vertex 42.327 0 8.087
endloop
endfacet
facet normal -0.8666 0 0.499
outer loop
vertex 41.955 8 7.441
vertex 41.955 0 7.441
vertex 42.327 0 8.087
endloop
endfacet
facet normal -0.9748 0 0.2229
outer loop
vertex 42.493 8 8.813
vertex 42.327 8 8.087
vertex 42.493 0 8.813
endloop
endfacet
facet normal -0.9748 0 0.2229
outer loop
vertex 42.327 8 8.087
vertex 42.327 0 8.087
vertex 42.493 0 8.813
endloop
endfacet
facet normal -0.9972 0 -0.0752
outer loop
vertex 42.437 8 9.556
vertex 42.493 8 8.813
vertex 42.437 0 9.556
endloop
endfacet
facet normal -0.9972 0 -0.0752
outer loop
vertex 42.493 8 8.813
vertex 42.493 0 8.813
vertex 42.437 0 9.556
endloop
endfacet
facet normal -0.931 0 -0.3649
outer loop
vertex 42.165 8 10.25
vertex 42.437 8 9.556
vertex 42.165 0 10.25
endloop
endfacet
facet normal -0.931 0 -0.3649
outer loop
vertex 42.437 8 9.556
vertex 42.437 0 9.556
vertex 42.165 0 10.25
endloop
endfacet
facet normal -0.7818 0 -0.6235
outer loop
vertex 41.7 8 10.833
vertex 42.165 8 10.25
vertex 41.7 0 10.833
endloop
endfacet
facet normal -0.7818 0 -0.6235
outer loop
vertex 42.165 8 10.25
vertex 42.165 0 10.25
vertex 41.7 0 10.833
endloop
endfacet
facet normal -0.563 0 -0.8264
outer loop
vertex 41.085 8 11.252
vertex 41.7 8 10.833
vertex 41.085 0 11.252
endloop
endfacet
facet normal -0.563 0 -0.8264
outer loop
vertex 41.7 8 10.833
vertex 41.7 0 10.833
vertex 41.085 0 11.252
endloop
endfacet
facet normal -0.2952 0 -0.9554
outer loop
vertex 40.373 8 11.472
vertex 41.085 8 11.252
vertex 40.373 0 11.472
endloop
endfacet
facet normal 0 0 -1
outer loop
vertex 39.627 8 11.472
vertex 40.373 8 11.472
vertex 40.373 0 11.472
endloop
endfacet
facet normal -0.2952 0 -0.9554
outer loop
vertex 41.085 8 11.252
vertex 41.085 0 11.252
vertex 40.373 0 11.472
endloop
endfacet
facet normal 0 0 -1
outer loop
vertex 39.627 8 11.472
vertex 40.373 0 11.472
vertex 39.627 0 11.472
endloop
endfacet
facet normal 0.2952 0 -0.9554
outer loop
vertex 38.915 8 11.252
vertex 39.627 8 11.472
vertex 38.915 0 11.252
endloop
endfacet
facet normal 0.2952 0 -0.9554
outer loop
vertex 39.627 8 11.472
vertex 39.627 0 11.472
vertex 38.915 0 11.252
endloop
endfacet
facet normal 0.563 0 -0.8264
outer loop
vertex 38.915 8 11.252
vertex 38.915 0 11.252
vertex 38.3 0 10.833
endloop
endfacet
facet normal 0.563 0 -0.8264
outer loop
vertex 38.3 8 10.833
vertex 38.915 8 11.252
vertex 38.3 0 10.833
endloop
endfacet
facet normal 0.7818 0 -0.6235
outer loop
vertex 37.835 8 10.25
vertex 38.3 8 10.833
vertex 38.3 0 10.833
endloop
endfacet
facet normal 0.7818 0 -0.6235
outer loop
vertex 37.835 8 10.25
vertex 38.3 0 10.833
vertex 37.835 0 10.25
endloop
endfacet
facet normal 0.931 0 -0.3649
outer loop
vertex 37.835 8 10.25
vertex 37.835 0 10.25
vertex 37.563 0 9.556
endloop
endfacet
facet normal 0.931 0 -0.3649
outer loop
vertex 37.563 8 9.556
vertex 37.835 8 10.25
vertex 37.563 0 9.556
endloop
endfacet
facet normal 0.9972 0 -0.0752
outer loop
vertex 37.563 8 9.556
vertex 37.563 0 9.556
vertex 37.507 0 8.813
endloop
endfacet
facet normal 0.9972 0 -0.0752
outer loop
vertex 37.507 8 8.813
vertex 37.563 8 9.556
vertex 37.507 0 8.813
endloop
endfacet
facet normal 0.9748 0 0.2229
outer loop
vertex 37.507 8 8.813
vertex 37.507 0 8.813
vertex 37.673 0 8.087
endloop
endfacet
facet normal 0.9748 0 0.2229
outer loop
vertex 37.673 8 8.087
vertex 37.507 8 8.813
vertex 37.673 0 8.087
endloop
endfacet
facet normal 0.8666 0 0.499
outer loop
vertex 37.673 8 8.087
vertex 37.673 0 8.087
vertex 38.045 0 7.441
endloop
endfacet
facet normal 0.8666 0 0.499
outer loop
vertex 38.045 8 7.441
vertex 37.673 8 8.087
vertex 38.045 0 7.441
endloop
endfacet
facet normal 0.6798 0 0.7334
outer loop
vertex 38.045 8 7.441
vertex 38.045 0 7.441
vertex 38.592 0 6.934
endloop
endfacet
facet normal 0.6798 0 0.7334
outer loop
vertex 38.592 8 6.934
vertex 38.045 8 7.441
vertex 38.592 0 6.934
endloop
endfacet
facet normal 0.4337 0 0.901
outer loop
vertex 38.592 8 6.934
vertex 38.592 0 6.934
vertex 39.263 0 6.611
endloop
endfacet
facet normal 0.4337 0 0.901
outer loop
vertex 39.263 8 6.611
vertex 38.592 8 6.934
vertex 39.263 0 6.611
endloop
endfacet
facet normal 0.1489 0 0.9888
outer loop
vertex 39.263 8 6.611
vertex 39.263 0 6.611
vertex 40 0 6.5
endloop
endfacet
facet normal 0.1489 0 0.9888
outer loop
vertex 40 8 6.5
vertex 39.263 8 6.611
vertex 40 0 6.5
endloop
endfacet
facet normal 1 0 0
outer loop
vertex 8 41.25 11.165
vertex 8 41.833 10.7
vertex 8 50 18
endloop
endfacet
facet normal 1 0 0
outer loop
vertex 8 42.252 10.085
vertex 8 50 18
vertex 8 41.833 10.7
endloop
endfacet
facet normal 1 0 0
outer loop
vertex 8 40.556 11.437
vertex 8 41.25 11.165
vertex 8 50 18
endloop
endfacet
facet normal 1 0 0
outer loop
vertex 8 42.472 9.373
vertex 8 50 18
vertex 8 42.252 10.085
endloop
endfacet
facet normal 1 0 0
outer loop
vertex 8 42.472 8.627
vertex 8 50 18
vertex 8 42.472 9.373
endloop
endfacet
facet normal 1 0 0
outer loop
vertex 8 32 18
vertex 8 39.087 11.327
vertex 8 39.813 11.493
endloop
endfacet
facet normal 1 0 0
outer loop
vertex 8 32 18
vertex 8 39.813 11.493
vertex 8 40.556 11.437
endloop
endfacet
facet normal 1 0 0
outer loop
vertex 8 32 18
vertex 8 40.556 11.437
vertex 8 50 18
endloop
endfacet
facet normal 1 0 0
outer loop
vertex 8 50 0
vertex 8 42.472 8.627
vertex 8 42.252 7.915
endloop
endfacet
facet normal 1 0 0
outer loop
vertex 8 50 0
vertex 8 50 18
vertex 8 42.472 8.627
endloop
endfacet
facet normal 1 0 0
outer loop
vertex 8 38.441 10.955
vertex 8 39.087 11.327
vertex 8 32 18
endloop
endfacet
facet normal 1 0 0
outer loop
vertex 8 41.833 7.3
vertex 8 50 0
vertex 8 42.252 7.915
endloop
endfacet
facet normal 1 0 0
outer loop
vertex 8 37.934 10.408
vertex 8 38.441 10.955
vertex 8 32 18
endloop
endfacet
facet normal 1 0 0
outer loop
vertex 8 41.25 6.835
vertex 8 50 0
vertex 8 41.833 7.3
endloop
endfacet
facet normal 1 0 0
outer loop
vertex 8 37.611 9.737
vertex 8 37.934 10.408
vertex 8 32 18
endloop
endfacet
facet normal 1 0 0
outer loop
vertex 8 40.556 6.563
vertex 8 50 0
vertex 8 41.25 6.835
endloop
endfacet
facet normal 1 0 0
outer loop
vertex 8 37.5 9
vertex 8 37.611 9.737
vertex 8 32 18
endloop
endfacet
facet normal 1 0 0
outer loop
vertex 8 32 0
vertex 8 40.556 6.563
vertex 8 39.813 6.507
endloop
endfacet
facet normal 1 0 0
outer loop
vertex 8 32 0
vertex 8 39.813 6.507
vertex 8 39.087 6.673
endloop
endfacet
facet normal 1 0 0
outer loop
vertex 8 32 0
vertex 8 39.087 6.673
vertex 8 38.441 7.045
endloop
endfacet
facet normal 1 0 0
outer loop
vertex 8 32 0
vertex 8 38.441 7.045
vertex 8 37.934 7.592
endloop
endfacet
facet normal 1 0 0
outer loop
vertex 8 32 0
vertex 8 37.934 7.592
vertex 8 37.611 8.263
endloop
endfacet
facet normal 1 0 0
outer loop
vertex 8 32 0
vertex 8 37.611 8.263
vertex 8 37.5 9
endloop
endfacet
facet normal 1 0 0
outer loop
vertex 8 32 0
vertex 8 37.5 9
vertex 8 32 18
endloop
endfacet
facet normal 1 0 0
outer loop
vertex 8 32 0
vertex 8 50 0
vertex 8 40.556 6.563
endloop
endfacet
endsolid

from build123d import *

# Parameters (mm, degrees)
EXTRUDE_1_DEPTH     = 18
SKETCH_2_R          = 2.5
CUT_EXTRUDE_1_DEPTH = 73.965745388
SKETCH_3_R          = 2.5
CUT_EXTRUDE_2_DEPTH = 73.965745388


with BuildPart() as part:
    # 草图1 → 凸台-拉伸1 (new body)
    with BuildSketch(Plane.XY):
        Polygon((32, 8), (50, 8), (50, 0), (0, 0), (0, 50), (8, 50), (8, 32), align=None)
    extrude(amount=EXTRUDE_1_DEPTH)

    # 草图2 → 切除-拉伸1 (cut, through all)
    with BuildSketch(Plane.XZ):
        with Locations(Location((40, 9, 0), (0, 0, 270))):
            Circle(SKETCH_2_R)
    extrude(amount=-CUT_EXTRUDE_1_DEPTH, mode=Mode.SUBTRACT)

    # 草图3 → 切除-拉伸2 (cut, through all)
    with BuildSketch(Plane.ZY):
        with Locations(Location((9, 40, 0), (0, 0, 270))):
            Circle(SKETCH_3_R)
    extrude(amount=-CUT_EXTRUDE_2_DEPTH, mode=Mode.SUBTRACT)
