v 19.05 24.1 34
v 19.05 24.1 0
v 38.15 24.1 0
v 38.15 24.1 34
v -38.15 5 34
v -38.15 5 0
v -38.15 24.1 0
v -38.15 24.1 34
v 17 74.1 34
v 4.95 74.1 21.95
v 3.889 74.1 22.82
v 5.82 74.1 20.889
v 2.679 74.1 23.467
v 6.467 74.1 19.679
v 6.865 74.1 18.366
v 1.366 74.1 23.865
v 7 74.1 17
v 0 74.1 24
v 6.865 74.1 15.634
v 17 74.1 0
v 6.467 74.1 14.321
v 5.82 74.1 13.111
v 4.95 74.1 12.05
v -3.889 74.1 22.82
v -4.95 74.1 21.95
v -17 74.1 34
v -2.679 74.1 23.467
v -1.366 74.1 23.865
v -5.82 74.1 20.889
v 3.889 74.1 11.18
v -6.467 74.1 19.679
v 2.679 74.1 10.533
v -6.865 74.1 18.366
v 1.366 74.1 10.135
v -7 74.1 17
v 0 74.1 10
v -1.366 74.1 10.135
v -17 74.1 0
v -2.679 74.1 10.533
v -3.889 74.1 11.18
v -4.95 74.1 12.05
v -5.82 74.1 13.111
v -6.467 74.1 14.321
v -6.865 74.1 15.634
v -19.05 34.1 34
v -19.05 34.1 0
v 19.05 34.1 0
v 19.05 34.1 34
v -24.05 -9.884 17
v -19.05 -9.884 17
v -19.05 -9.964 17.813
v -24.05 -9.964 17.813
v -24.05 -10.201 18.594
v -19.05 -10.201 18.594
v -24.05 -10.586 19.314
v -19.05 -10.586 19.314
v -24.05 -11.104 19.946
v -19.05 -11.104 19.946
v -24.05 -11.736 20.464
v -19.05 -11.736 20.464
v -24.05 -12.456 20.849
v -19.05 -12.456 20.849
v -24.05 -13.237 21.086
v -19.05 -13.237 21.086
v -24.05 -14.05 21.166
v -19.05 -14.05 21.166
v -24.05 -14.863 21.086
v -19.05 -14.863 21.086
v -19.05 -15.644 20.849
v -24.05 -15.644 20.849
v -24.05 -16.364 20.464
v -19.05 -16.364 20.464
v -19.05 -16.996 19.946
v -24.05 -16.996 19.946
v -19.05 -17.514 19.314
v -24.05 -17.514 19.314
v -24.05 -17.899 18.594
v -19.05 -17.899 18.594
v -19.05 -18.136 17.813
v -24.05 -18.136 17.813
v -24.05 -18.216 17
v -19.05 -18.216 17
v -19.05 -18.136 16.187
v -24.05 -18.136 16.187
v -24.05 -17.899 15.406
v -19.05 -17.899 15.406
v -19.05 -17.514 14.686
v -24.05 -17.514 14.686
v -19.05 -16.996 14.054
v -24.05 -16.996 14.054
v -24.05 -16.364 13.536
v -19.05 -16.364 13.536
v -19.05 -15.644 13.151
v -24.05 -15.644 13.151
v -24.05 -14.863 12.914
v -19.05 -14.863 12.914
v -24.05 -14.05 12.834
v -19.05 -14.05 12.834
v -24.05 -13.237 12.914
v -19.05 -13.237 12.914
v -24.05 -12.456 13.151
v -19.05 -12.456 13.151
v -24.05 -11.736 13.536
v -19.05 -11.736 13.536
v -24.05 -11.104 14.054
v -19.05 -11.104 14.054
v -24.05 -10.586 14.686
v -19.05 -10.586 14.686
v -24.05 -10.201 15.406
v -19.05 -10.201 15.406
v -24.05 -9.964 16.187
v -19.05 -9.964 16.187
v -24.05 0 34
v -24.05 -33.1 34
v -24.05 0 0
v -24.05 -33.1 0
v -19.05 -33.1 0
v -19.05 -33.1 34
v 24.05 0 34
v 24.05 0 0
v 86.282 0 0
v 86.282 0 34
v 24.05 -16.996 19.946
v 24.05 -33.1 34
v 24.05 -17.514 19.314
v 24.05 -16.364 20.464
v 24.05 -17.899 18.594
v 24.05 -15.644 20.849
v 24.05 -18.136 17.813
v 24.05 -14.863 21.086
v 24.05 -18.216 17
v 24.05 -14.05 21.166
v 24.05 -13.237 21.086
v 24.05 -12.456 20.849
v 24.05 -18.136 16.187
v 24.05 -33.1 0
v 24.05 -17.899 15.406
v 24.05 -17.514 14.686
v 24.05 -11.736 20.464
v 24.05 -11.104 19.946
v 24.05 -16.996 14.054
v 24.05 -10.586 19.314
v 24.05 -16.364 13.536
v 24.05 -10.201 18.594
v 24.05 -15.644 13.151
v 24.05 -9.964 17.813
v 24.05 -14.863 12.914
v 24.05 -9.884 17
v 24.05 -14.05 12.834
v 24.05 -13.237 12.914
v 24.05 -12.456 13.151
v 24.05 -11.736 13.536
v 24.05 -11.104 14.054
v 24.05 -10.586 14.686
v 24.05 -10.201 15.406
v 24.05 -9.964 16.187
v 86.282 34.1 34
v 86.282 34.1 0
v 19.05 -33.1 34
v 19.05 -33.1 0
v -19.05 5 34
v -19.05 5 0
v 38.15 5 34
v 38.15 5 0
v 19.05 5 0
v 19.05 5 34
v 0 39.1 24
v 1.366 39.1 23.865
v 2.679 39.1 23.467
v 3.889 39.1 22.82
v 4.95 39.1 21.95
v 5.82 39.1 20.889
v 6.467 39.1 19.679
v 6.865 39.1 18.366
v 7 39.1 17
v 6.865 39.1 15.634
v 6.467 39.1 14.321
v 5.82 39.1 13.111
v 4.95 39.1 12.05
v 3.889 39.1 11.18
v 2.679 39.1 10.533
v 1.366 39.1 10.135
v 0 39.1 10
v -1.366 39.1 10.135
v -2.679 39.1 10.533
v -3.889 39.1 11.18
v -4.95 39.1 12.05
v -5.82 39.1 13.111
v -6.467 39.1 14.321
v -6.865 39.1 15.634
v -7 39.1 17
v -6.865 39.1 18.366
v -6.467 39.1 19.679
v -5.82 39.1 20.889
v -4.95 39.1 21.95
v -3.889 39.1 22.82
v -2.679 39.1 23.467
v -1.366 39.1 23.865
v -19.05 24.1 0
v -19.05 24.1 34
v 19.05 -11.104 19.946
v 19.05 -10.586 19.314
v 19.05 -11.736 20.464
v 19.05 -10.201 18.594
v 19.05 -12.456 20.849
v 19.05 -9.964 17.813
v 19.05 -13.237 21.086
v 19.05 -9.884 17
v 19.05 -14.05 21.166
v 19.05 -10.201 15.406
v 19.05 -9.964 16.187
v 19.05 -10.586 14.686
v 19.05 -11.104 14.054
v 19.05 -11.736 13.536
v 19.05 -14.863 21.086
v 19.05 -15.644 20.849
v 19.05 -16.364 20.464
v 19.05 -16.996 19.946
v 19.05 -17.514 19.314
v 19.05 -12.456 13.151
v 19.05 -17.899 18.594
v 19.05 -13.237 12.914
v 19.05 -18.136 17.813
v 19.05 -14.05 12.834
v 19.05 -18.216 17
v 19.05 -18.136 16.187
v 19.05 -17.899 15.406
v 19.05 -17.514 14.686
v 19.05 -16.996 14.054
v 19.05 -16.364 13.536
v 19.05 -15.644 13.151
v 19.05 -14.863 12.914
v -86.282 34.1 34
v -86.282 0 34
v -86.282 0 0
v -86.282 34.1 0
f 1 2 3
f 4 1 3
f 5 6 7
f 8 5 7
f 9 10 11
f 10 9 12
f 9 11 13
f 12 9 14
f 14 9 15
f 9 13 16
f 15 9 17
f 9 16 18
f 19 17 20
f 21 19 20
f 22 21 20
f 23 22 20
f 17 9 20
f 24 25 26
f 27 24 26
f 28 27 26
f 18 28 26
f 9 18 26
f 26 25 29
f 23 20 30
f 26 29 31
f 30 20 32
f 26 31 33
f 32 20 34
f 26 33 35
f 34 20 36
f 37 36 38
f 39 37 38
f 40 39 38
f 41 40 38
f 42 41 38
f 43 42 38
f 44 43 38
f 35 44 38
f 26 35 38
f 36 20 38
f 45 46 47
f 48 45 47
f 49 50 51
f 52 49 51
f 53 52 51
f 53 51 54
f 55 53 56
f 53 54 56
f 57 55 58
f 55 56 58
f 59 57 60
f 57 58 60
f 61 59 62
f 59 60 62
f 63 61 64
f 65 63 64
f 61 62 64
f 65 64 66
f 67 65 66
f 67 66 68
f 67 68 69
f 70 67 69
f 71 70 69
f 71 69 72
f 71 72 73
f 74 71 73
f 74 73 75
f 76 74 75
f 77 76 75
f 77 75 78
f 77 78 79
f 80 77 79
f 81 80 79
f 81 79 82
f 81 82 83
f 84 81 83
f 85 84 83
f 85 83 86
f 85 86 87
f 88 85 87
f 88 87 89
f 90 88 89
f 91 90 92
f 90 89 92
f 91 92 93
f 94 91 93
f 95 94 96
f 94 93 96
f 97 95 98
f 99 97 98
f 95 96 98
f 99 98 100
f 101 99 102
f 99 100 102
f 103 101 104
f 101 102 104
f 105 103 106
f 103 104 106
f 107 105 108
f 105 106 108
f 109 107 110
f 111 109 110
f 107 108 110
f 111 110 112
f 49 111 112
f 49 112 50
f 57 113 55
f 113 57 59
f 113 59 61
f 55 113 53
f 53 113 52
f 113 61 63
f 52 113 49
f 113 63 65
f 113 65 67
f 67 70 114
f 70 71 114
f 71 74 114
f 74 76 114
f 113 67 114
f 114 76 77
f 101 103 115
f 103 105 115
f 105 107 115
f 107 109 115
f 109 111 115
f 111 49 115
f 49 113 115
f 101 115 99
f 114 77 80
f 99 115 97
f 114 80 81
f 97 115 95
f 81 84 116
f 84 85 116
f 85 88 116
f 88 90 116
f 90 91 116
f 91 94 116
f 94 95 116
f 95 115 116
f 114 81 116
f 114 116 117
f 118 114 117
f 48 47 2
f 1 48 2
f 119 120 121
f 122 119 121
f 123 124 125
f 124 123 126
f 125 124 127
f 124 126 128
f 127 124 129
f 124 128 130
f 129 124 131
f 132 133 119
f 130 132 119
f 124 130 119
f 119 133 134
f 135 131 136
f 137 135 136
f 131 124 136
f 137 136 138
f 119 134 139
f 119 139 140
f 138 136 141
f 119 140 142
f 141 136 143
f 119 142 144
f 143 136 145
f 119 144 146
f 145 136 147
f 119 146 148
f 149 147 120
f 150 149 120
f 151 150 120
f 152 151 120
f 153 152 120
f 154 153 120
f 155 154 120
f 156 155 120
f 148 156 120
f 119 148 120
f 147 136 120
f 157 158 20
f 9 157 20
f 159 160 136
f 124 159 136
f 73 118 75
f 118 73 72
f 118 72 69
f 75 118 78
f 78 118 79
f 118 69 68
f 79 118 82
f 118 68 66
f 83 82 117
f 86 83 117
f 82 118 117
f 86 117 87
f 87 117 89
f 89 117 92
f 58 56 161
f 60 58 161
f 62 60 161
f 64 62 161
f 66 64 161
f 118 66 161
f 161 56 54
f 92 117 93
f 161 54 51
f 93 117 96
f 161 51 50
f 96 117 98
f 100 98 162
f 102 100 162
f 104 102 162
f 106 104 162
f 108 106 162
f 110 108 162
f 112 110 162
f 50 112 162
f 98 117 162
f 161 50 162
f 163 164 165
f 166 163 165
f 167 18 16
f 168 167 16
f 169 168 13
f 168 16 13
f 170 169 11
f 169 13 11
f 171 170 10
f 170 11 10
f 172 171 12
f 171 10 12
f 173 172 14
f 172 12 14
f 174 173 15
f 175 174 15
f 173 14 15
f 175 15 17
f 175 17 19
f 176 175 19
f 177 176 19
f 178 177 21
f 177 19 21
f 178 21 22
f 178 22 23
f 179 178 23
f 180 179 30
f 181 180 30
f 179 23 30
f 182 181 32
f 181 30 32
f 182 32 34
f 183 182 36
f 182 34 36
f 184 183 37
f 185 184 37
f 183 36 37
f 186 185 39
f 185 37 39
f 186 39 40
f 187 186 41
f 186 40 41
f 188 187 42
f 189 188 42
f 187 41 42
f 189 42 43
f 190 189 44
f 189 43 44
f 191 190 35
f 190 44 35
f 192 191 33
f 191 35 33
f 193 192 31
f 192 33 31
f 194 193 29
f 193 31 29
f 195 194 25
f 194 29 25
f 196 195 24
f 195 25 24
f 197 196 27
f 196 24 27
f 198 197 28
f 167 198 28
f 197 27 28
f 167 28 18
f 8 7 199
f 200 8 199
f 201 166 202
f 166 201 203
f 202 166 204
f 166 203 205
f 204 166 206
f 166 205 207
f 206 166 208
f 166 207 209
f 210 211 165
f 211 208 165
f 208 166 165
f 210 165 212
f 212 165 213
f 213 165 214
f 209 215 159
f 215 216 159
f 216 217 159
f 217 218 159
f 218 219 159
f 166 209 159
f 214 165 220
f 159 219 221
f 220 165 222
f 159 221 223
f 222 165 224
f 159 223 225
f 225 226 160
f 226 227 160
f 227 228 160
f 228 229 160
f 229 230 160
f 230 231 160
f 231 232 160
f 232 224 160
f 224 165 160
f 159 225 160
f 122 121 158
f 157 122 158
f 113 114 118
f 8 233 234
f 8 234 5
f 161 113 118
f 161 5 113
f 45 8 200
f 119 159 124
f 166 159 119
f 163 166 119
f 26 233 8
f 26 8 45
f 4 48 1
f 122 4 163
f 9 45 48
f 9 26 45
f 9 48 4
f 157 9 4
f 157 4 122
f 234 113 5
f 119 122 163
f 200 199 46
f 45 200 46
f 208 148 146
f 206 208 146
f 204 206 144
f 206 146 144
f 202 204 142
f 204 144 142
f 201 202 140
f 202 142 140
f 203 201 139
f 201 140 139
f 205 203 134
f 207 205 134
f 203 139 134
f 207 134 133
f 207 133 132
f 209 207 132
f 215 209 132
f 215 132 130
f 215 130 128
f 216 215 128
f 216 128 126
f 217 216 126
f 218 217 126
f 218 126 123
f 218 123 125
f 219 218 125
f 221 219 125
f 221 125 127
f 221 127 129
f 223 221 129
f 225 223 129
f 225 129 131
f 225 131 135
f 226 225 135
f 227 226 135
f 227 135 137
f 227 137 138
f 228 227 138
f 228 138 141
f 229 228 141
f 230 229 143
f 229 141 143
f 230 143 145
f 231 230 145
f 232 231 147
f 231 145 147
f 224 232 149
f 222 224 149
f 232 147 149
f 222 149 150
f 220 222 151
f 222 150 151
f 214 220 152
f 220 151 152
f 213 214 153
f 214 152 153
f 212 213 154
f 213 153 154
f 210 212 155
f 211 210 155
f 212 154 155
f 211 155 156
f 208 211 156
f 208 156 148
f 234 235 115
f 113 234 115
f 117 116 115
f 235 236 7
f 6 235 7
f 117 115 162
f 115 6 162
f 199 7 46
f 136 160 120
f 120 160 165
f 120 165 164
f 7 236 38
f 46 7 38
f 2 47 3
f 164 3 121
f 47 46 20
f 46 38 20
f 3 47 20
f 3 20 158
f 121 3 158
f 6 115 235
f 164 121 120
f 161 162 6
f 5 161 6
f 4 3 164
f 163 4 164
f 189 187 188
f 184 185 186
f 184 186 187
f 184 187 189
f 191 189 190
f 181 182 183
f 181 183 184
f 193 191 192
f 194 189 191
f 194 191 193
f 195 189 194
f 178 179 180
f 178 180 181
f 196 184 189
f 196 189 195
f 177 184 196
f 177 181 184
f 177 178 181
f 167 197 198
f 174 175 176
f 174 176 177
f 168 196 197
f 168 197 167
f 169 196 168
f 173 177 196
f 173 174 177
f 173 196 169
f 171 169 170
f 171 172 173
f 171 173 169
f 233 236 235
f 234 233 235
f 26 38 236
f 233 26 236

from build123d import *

# Parameters (mm, degrees)
BOSS_EXTRUDE1_DEPTH = 34
SKETCH2_R           = 7
CUT_EXTRUDE1_DEPTH  = 35
SKETCH3_R           = 4.1656
CUT_EXTRUDE2_DEPTH  = 138.185886126


with BuildPart() as part:
    # Sketch1 → Boss-Extrude1 (new body)
    with BuildSketch(Plane.XY):
        Polygon((-86.282032303, 0), (-24.05, 0), (-24.05, -33.1), (-19.05, -33.1), (-19.05, 5), (-38.15, 5), (-38.15, 24.1), (-19.05, 24.1), (-19.05, 34.1), (19.05, 34.1), (19.05, 24.1), (38.15, 24.1), (38.15, 5), (19.05, 5), (19.05, -33.1), (24.05, -33.1), (24.05, 0), (86.282032303, 0), (86.282032303, 34.1), (17, 74.1), (-17, 74.1), (-86.282032303, 34.1), align=None)
    extrude(amount=BOSS_EXTRUDE1_DEPTH)

    # Sketch2 → Cut-Extrude1 (cut)
    with BuildSketch(Plane(origin=(0, 74.1, 0), x_dir=(1, 0, 0), z_dir=(0, 1, 0))):
        with Locations(Location((0, -17, 0), (0, 0, 270))):
            Circle(SKETCH2_R)
    extrude(amount=-CUT_EXTRUDE1_DEPTH, mode=Mode.SUBTRACT)

    # Sketch3 → Cut-Extrude2 (cut, through all)
    with BuildSketch(Plane(origin=(24.05, 0, 0), x_dir=(0, 0, -1), z_dir=(1, 0, 0))):
        with Locations(Location((-17, -14.05, 0), (0, 0, 90))):
            Circle(SKETCH3_R)
    extrude(amount=-CUT_EXTRUDE2_DEPTH, mode=Mode.SUBTRACT)


solid = part.part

========================

Retype only this portion of the data above: the line containing "f 107 108 110", the line containing "f 81 84 116", and all lines between them, exactly.

▸ **Answer for this exercise**:
f 107 108 110
f 111 110 112
f 49 111 112
f 49 112 50
f 57 113 55
f 113 57 59
f 113 59 61
f 55 113 53
f 53 113 52
f 113 61 63
f 52 113 49
f 113 63 65
f 113 65 67
f 67 70 114
f 70 71 114
f 71 74 114
f 74 76 114
f 113 67 114
f 114 76 77
f 101 103 115
f 103 105 115
f 105 107 115
f 107 109 115
f 109 111 115
f 111 49 115
f 49 113 115
f 101 115 99
f 114 77 80
f 99 115 97
f 114 80 81
f 97 115 95
f 81 84 116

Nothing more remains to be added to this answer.